§ WORK REQUEST
In the records below, begin at the line that has "v 8.5 16.982 2" and stop after the line that has "v 4.374 4.107 6"; quote those lines verbatim and nothing more.

══ DATA UNDER STUDY ══

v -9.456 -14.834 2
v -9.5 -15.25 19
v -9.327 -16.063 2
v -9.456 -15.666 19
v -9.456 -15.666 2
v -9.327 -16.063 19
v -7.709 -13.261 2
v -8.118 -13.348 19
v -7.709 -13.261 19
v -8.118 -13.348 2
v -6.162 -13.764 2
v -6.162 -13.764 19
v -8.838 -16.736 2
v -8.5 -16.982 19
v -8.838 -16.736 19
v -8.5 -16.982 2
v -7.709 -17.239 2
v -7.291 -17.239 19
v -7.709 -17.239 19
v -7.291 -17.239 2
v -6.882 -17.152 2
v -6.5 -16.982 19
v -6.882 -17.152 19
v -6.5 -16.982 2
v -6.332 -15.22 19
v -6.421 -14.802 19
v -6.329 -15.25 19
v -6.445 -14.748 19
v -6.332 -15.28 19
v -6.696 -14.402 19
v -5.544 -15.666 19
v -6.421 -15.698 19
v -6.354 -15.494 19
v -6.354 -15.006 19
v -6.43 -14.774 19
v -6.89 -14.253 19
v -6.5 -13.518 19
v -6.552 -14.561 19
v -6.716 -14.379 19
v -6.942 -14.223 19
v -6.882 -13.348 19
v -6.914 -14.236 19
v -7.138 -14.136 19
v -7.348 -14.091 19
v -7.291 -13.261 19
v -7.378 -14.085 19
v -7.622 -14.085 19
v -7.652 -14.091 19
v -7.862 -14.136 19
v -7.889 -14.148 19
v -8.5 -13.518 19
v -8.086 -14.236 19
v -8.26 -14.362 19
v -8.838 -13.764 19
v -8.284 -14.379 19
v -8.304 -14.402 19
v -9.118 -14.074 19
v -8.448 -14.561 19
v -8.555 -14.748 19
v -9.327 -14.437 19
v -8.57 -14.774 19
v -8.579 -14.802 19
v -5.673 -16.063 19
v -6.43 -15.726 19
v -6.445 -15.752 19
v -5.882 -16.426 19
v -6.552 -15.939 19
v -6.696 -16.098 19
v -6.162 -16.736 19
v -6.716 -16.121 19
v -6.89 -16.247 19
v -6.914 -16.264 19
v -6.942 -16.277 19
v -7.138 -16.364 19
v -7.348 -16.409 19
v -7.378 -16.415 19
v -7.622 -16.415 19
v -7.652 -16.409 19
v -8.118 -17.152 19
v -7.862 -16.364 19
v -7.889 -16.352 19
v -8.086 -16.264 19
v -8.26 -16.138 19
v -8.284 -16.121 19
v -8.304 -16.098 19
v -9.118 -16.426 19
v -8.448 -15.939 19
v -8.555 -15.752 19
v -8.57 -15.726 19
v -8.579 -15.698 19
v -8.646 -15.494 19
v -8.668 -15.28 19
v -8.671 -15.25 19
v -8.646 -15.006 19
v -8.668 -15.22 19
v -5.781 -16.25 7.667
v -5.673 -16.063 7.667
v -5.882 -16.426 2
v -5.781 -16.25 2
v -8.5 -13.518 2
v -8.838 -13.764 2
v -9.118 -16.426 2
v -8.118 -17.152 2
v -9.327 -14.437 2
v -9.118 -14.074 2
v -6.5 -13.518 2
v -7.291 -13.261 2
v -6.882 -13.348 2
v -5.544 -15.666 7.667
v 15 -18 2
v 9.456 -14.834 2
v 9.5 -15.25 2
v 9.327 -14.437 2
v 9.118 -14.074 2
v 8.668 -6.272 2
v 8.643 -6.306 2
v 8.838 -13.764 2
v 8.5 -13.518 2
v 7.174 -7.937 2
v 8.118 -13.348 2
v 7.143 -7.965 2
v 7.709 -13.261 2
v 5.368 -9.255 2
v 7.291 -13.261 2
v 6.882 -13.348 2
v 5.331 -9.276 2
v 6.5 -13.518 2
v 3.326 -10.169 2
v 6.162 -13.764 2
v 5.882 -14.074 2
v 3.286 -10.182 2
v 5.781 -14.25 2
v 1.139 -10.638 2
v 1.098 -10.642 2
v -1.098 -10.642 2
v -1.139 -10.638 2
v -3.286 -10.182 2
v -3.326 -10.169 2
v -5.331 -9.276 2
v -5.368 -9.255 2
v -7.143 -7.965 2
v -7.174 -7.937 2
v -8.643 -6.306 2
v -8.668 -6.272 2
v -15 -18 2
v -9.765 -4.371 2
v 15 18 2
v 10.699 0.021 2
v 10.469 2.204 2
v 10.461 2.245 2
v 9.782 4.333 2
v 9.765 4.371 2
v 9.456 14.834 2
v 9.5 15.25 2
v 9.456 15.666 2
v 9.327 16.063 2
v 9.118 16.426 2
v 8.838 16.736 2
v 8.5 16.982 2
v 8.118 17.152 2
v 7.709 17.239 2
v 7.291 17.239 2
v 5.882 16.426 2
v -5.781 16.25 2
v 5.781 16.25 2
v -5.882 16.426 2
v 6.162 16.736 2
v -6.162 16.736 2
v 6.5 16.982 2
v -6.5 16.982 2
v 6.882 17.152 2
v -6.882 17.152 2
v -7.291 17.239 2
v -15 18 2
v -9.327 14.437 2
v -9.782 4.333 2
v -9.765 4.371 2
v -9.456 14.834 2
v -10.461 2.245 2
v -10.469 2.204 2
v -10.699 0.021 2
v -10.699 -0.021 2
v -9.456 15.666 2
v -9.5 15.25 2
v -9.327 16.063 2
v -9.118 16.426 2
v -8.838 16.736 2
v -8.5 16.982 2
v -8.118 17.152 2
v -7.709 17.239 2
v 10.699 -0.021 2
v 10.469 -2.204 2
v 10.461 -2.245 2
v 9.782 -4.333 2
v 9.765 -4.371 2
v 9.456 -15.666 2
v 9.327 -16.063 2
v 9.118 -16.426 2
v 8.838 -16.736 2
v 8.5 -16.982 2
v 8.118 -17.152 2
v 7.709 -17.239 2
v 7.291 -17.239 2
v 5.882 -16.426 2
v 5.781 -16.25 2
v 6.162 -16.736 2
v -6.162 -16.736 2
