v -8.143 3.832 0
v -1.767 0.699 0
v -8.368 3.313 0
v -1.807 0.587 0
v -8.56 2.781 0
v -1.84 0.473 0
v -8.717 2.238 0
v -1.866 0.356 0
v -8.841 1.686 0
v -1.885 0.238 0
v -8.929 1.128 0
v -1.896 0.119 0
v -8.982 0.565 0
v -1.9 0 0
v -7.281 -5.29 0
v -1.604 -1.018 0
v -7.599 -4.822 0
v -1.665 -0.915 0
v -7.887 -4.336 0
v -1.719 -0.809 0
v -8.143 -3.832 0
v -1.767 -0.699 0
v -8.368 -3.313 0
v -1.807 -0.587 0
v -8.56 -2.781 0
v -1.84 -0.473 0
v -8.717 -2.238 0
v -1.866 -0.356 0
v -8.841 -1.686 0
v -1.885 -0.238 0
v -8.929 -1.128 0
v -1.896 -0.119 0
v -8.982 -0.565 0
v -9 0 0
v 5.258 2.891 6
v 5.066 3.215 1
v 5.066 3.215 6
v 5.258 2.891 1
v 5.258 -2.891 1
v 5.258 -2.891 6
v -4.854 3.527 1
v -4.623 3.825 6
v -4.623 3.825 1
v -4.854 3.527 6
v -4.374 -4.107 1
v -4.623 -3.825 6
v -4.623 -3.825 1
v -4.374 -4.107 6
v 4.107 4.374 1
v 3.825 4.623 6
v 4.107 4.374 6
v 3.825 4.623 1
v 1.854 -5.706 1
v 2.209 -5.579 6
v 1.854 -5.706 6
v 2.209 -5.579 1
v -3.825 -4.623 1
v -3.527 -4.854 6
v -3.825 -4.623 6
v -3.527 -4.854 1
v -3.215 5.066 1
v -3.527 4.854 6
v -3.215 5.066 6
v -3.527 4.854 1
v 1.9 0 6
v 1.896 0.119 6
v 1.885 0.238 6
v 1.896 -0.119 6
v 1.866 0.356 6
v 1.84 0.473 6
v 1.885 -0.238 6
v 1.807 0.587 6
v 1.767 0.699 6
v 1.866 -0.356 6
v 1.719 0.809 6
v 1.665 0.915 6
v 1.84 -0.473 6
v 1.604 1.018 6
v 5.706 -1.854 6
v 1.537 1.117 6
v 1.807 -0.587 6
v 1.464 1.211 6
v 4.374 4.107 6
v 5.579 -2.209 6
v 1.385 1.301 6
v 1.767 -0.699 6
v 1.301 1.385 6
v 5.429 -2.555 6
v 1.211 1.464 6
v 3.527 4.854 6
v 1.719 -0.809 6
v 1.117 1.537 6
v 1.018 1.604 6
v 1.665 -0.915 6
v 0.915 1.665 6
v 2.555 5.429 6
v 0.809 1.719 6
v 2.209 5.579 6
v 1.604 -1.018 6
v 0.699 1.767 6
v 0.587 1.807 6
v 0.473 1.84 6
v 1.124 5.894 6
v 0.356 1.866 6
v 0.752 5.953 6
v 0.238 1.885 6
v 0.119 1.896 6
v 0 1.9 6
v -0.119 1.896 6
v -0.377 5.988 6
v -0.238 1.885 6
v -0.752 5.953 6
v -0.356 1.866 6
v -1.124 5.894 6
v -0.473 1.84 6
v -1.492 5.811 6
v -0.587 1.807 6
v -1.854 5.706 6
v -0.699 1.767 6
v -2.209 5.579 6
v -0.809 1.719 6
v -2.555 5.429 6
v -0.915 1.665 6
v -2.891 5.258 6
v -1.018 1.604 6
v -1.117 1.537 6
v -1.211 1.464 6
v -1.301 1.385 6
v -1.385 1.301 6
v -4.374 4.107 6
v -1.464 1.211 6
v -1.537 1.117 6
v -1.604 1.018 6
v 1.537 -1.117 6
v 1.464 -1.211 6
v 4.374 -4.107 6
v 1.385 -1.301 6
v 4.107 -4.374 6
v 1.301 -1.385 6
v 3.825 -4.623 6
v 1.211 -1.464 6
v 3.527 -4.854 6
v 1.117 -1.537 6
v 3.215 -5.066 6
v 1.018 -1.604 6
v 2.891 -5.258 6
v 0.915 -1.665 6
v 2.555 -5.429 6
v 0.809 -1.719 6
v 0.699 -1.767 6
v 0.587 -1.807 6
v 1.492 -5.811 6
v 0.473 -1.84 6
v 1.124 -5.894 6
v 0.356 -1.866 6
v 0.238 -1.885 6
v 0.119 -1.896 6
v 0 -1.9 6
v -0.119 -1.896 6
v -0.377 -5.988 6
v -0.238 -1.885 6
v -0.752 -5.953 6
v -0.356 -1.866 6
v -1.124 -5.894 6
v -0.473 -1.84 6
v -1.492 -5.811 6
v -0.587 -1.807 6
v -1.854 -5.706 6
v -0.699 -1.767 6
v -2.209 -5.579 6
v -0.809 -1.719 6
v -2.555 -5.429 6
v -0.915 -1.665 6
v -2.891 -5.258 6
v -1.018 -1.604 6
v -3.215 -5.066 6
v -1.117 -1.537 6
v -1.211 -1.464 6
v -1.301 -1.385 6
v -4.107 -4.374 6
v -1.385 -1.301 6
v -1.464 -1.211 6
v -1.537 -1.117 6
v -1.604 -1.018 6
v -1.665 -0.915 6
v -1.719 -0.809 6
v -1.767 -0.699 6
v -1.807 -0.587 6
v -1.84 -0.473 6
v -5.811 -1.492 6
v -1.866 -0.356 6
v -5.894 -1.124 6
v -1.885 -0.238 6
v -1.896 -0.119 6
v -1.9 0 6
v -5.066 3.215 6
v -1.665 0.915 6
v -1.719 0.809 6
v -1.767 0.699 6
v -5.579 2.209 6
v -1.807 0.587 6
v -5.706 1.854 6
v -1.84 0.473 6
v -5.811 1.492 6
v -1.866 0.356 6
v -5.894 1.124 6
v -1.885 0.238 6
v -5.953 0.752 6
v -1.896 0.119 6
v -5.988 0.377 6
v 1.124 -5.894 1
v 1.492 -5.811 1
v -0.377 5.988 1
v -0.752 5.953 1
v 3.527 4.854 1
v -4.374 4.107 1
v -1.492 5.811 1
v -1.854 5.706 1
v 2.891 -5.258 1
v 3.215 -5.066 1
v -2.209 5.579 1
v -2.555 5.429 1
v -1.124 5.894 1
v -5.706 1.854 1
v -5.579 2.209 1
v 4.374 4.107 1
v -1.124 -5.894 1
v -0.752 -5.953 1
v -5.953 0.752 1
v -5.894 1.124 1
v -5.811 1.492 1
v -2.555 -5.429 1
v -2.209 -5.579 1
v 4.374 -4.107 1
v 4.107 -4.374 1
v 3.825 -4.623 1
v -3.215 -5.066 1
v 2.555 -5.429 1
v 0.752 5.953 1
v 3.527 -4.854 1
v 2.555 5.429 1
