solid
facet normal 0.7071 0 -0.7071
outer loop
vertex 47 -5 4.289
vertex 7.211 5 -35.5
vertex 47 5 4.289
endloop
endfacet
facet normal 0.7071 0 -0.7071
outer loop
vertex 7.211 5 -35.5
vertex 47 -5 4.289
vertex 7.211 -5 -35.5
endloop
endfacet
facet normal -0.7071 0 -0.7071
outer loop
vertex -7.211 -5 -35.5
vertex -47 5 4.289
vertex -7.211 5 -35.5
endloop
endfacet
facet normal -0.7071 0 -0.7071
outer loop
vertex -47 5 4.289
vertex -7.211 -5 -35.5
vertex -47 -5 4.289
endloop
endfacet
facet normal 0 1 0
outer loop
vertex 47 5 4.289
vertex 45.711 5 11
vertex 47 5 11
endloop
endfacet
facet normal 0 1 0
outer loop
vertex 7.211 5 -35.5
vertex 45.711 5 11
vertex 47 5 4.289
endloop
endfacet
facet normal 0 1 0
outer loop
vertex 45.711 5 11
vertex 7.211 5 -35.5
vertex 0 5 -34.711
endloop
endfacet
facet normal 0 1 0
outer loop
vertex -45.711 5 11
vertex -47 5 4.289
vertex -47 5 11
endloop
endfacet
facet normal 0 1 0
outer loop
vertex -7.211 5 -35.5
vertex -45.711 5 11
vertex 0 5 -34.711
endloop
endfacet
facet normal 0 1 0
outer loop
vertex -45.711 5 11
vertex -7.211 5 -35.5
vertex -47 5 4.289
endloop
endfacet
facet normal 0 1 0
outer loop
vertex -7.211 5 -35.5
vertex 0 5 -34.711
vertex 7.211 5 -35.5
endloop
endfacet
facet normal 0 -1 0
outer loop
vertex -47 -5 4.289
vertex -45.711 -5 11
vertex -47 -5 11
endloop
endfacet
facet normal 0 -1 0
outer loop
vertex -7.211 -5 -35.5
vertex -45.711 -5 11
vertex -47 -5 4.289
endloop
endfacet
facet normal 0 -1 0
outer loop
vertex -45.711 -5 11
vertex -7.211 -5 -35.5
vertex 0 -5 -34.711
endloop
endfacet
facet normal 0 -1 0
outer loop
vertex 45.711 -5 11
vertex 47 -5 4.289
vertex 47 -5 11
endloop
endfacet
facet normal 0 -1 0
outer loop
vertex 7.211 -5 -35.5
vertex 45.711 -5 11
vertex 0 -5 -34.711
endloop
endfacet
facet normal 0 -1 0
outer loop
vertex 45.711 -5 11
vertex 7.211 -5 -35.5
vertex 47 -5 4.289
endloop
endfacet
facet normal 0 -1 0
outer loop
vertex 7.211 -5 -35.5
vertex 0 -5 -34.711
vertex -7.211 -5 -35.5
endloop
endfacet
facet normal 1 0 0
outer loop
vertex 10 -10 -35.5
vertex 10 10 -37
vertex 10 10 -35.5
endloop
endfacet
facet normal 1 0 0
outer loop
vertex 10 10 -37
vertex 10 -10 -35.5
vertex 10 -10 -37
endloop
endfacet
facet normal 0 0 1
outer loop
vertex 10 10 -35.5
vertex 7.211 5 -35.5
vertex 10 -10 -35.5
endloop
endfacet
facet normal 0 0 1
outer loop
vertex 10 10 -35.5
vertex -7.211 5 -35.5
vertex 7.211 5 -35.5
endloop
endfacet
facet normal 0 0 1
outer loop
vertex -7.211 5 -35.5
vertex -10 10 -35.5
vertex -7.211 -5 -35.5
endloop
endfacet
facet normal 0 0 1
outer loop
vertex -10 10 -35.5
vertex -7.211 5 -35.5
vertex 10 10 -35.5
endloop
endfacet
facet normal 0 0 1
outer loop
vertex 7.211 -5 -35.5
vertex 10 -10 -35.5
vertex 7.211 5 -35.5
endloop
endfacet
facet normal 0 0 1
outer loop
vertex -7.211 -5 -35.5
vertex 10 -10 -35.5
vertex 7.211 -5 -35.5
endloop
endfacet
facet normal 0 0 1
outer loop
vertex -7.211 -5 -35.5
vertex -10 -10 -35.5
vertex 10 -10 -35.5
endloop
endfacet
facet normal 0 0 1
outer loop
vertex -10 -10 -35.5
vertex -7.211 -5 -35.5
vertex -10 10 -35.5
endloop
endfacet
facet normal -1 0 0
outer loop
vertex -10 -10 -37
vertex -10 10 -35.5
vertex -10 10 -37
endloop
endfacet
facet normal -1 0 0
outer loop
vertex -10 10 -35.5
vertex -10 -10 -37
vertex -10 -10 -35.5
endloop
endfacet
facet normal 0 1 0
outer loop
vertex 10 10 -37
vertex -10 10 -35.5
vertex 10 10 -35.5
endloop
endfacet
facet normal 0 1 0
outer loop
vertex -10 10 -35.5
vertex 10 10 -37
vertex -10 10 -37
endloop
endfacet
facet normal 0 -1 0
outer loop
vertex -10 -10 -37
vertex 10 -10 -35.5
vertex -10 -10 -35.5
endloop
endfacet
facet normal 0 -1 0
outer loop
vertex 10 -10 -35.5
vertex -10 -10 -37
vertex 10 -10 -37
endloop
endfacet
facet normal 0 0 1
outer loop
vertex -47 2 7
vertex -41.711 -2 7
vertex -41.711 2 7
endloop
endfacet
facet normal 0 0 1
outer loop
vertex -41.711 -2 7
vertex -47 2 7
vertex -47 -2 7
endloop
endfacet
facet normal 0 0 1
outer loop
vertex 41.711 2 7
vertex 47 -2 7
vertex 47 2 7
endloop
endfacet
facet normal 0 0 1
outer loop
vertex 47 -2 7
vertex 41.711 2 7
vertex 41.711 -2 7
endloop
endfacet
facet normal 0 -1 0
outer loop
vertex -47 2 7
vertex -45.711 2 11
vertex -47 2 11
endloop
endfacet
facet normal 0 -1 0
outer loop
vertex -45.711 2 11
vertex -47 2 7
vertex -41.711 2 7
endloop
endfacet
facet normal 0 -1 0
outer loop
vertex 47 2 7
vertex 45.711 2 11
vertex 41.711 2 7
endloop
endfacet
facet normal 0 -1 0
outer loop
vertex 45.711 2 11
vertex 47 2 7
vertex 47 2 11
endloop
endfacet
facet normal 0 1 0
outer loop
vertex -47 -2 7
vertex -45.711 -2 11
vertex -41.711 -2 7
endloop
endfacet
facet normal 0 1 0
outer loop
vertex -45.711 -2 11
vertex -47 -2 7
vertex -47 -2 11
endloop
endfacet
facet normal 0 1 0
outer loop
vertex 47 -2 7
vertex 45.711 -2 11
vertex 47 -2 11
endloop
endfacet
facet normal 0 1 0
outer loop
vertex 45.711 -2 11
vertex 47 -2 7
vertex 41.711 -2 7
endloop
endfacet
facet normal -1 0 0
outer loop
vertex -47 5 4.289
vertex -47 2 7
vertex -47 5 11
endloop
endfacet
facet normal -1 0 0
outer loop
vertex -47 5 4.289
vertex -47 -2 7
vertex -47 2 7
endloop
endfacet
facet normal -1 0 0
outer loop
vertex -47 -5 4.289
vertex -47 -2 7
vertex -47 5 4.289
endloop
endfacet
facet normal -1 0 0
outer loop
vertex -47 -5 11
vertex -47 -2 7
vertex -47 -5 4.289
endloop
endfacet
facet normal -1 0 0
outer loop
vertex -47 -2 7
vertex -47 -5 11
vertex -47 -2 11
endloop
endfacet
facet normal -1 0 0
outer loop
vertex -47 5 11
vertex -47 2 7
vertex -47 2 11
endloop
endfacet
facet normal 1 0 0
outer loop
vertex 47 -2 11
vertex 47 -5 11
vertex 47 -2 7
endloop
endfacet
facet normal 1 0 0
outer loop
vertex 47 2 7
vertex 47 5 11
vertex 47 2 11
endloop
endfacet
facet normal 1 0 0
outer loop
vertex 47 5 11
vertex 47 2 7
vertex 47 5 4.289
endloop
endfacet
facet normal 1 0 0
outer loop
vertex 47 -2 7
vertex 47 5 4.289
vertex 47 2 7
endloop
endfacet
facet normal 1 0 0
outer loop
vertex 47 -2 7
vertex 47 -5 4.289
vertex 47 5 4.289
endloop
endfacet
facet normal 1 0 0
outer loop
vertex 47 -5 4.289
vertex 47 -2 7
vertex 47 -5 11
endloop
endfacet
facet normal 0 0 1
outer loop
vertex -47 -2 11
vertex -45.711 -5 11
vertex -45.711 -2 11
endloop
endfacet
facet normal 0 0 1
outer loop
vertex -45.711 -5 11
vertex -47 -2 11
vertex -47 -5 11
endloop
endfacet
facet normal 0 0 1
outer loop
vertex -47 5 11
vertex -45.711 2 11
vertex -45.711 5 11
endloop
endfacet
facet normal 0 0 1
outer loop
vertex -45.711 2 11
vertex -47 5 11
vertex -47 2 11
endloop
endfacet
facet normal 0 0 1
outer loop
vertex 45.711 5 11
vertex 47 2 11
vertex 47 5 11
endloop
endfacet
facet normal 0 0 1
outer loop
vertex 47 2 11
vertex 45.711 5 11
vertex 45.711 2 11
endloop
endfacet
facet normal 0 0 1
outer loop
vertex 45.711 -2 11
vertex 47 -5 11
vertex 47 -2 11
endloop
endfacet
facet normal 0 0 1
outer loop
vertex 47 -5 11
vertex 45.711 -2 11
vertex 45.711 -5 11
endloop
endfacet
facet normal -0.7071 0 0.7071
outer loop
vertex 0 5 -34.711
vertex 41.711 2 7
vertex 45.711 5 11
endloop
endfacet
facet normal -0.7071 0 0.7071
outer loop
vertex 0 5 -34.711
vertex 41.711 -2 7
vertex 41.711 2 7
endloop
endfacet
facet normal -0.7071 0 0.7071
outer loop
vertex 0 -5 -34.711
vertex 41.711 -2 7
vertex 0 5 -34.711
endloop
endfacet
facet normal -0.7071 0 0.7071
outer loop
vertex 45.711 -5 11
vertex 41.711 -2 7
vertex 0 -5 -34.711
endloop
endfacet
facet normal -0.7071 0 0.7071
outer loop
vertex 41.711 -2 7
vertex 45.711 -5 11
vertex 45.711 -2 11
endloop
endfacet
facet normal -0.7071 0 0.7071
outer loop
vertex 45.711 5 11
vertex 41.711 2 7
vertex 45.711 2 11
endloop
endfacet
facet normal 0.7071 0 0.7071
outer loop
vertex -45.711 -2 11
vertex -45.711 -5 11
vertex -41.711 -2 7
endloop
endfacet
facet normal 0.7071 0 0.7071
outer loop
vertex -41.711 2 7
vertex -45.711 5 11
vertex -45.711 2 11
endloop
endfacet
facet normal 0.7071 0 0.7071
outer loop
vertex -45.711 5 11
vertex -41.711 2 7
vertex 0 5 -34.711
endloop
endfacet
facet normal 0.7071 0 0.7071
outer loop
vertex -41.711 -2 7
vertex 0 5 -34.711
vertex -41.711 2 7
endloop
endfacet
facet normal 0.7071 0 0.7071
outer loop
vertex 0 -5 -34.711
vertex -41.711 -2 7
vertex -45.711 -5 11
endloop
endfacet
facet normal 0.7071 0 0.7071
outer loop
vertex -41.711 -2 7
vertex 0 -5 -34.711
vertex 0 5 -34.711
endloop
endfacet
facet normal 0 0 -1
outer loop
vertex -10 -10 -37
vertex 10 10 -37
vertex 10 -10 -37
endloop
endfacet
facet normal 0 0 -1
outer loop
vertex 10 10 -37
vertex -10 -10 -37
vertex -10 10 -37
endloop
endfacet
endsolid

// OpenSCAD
module 9g_motor(){
	difference(){			
		union(){
			color("steel blue") cube([23,12.5,22], center=true);
			color("steel blue") translate([0,0,5]) cube([32,12,2], center=true);
			color("steel blue") translate([5.5,0,2.75]) cylinder(r=6, h=25.75, $fn=20, center=true);
			color("steel blue") translate([-.5,0,2.75]) cylinder(r=1, h=25.75, $fn=20, center=true);
			color("steel blue") translate([-1,0,2.75]) cube([5,5.6,24.5], center=true);		
			color("white") translate([5.5,0,3.65]) cylinder(r=2.35, h=29.25, $fn=20, center=true);				
		}
		translate([10,0,-11]) rotate([0,-30,0]) cube([8,13,4], center=true);
		for ( hole = [14,-14] ){
			translate([hole,0,5]) cylinder(r=2.2, h=4, $fn=20, center=true);
		}	
	}
}



//rotate([0,90,0]) 9g_motor();

//keep
difference() {

union() {

// arms
translate([0,0,28]) rotate([0,45,0]) cube([100,10,100], true);

// platform
translate([0,0,-37]) cube([20,20,3], true);


}
// remove

// main groove
translate([0,0,12]) cube([100,4,10], true);

// end bits
translate([-55,0,10]) cube([16,16,16], true);
translate([55,0,10]) cube([16,16,16], true);

// flatten top
translate([0,0,31]) cube([200,100,40], true);

// v cutaway
translate([0,0,36]) rotate([0,45,0]) cube([100,12,100], true);

// flat bottom
translate([0,0,-42]) cube([32,32,10], true);

}





// Draws a ruler of specified length.
// Origin of the ruler is at 0, and it is laid out along the X axis.
// Call with: ruler(length);
module ruler(length){
    difference(){
        //draw ruler
        union(){
            offset=0;
            for(n=[1:4]){
                offset=pow(2,n+1)-2;
                translate([0,-offset,0])
                drawscale(length,pow(10,n-1),pow(2,n));
            }
        }
        //cut of protruding end bits
        color([0,0,0])
        translate([length,-38,-1])
        cube([1000,38,3]);
    }
}

//Draws the different scales, as needed. Don't call directly.
module drawscale(length,step,width){
    if(length>step){    
        for(n=[0:step:length-1]){
            if(n%(2*step)==0){
                 color([0,0,0])
                 translate([n,0,0])
                 cube([step,width,1]);  
            }else{
                 color([1,1,1])
                 translate([n,0,0])
                 cube([step,width,1]);  
            }
        }
    }
}

//Test
//rotate([0,0,0]) translate([-29,-2,-5]) ruler(200);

═══

§ EXERCISE RESULT
v 8.5 16.982 2
v 8.118 17.152 2
v 7.709 17.239 2
v 7.291 17.239 2
v 5.882 16.426 2
v -5.781 16.25 2
v 5.781 16.25 2
v -5.882 16.426 2
v 6.162 16.736 2
v -6.162 16.736 2
v 6.5 16.982 2
v -6.5 16.982 2
v 6.882 17.152 2
v -6.882 17.152 2
v -7.291 17.239 2
v -15 18 2
v -9.327 14.437 2
v -9.782 4.333 2
v -9.765 4.371 2
v -9.456 14.834 2
v -10.461 2.245 2
v -10.469 2.204 2
v -10.699 0.021 2
v -10.699 -0.021 2
v -9.456 15.666 2
v -9.5 15.25 2
v -9.327 16.063 2
v -9.118 16.426 2
v -8.838 16.736 2
v -8.5 16.982 2
v -8.118 17.152 2
v -7.709 17.239 2
v 10.699 -0.021 2
v 10.469 -2.204 2
v 10.461 -2.245 2
v 9.782 -4.333 2
v 9.765 -4.371 2
v 9.456 -15.666 2
v 9.327 -16.063 2
v 9.118 -16.426 2
v 8.838 -16.736 2
v 8.5 -16.982 2
v 8.118 -17.152 2
v 7.709 -17.239 2
v 7.291 -17.239 2
v 5.882 -16.426 2
v 5.781 -16.25 2
v 6.162 -16.736 2
v -6.162 -16.736 2
v -8.143 3.832 0
v -1.767 0.699 0
v -8.368 3.313 0
v -1.807 0.587 0
v -8.56 2.781 0
v -1.84 0.473 0
v -8.717 2.238 0
v -1.866 0.356 0
v -8.841 1.686 0
v -1.885 0.238 0
v -8.929 1.128 0
v -1.896 0.119 0
v -8.982 0.565 0
v -1.9 0 0
v -7.281 -5.29 0
v -1.604 -1.018 0
v -7.599 -4.822 0
v -1.665 -0.915 0
v -7.887 -4.336 0
v -1.719 -0.809 0
v -8.143 -3.832 0
v -1.767 -0.699 0
v -8.368 -3.313 0
v -1.807 -0.587 0
v -8.56 -2.781 0
v -1.84 -0.473 0
v -8.717 -2.238 0
v -1.866 -0.356 0
v -8.841 -1.686 0
v -1.885 -0.238 0
v -8.929 -1.128 0
v -1.896 -0.119 0
v -8.982 -0.565 0
v -9 0 0
v 5.258 2.891 6
v 5.066 3.215 1
v 5.066 3.215 6
v 5.258 2.891 1
v 5.258 -2.891 1
v 5.258 -2.891 6
v -4.854 3.527 1
v -4.623 3.825 6
v -4.623 3.825 1
v -4.854 3.527 6
v -4.374 -4.107 1
v -4.623 -3.825 6
v -4.623 -3.825 1
v -4.374 -4.107 6
v 4.107 4.374 1
v 3.825 4.623 6
v 4.107 4.374 6
v 3.825 4.623 1
v 1.854 -5.706 1
v 2.209 -5.579 6
v 1.854 -5.706 6
v 2.209 -5.579 1
v -3.825 -4.623 1
v -3.527 -4.854 6
v -3.825 -4.623 6
v -3.527 -4.854 1
v -3.215 5.066 1
v -3.527 4.854 6
v -3.215 5.066 6
v -3.527 4.854 1
v 1.9 0 6
v 1.896 0.119 6
v 1.885 0.238 6
v 1.896 -0.119 6
v 1.866 0.356 6
v 1.84 0.473 6
v 1.885 -0.238 6
v 1.807 0.587 6
v 1.767 0.699 6
v 1.866 -0.356 6
v 1.719 0.809 6
v 1.665 0.915 6
v 1.84 -0.473 6
v 1.604 1.018 6
v 5.706 -1.854 6
v 1.537 1.117 6
v 1.807 -0.587 6
v 1.464 1.211 6
v 4.374 4.107 6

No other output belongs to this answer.